What to do — Reply with exactly the lines from the one that contains "v 58.076 -14.645 20" through the last line of the records below, and with no other lines.

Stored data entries
+-------+

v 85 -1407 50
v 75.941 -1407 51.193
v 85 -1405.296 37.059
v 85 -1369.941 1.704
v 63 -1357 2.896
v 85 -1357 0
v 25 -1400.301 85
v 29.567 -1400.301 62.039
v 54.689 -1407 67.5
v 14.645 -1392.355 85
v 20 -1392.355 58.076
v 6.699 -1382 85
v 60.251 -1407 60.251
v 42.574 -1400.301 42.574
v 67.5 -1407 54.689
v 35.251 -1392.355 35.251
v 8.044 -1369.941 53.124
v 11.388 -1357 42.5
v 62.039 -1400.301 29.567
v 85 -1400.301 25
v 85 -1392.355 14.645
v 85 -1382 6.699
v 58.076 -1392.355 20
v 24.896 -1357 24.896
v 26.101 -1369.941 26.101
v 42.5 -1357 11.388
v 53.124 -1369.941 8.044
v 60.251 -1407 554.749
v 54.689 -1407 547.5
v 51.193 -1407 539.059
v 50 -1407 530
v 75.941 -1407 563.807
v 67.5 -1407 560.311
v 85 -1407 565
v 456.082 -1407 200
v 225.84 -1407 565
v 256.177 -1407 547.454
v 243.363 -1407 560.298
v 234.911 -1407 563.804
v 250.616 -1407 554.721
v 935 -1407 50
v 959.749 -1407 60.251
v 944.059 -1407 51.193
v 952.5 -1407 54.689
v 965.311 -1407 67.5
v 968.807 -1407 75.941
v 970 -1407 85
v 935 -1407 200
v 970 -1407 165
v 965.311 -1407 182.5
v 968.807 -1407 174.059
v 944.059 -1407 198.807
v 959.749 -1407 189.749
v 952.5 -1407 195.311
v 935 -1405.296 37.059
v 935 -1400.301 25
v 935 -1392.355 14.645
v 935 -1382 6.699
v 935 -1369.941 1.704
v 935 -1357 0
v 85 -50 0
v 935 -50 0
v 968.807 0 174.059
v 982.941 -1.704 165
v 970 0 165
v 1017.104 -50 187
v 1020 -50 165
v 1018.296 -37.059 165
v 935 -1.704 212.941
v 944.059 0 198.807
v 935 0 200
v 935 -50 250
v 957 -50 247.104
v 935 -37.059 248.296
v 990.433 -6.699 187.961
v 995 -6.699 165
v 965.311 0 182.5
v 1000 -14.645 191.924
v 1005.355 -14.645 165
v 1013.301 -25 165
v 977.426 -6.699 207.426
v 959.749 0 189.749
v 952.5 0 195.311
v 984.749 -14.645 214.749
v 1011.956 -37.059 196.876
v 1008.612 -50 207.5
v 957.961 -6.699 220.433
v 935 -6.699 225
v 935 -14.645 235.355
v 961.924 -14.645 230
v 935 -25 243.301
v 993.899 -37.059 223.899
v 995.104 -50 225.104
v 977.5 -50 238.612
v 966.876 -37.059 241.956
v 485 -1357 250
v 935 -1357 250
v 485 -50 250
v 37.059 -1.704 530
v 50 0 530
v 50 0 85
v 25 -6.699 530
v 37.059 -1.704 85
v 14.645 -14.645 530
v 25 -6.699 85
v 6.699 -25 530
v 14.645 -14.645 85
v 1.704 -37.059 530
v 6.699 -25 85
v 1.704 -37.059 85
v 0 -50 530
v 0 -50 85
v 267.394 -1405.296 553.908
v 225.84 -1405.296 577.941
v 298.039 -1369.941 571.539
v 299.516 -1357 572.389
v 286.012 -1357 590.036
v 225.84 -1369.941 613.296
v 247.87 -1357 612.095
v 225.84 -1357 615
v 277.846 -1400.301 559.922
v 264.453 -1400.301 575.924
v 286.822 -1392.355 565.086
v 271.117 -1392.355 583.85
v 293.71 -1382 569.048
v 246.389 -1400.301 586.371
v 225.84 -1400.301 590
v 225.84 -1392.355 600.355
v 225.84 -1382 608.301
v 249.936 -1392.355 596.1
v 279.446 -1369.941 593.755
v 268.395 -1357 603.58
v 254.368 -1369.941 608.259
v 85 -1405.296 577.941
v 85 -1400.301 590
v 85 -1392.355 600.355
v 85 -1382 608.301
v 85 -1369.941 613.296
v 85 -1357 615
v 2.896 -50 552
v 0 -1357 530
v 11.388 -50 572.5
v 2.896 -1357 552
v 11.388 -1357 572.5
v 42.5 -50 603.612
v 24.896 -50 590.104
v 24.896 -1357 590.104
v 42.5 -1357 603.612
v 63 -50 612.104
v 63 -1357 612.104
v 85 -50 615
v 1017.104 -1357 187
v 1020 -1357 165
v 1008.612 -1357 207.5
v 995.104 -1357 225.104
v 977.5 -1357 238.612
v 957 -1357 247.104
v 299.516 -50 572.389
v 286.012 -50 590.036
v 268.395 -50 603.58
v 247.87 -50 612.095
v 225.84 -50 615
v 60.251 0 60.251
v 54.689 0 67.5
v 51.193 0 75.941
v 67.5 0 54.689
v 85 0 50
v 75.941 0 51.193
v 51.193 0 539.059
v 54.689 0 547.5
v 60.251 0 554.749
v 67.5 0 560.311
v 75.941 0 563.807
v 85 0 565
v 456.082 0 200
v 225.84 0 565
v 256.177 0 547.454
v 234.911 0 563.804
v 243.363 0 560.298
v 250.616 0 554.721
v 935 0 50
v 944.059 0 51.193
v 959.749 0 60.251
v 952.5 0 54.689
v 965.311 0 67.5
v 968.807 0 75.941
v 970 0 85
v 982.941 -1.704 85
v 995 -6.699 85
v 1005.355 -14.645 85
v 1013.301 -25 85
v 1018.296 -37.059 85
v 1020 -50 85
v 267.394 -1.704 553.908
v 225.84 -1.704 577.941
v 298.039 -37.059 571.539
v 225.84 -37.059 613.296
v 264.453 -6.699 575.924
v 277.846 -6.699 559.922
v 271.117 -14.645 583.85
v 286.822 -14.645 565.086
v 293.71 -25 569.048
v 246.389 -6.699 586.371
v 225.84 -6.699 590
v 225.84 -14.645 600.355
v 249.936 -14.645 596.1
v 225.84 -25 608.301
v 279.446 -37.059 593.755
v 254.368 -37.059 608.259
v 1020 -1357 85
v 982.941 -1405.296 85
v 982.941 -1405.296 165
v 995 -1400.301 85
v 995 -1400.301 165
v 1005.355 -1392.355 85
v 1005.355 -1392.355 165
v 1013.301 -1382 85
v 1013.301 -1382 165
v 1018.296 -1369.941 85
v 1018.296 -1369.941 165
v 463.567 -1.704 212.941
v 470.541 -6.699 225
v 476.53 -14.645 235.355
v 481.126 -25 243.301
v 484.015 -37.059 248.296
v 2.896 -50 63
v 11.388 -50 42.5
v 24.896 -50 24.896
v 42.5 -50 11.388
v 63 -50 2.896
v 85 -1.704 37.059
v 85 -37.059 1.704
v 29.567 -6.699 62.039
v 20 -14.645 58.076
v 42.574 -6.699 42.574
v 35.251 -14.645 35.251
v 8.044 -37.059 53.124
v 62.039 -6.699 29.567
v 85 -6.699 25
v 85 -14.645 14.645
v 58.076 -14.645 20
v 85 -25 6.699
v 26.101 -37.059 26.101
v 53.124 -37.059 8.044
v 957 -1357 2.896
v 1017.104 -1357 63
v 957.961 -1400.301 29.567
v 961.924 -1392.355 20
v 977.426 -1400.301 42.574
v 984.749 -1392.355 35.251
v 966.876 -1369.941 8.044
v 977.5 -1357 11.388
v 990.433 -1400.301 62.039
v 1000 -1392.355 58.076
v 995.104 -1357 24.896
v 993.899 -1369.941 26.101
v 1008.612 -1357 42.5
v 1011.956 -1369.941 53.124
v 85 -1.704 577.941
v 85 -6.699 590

+-------+

Solution —
v 58.076 -14.645 20
v 85 -25 6.699
v 26.101 -37.059 26.101
v 53.124 -37.059 8.044
v 957 -1357 2.896
v 1017.104 -1357 63
v 957.961 -1400.301 29.567
v 961.924 -1392.355 20
v 977.426 -1400.301 42.574
v 984.749 -1392.355 35.251
v 966.876 -1369.941 8.044
v 977.5 -1357 11.388
v 990.433 -1400.301 62.039
v 1000 -1392.355 58.076
v 995.104 -1357 24.896
v 993.899 -1369.941 26.101
v 1008.612 -1357 42.5
v 1011.956 -1369.941 53.124
v 85 -1.704 577.941
v 85 -6.699 590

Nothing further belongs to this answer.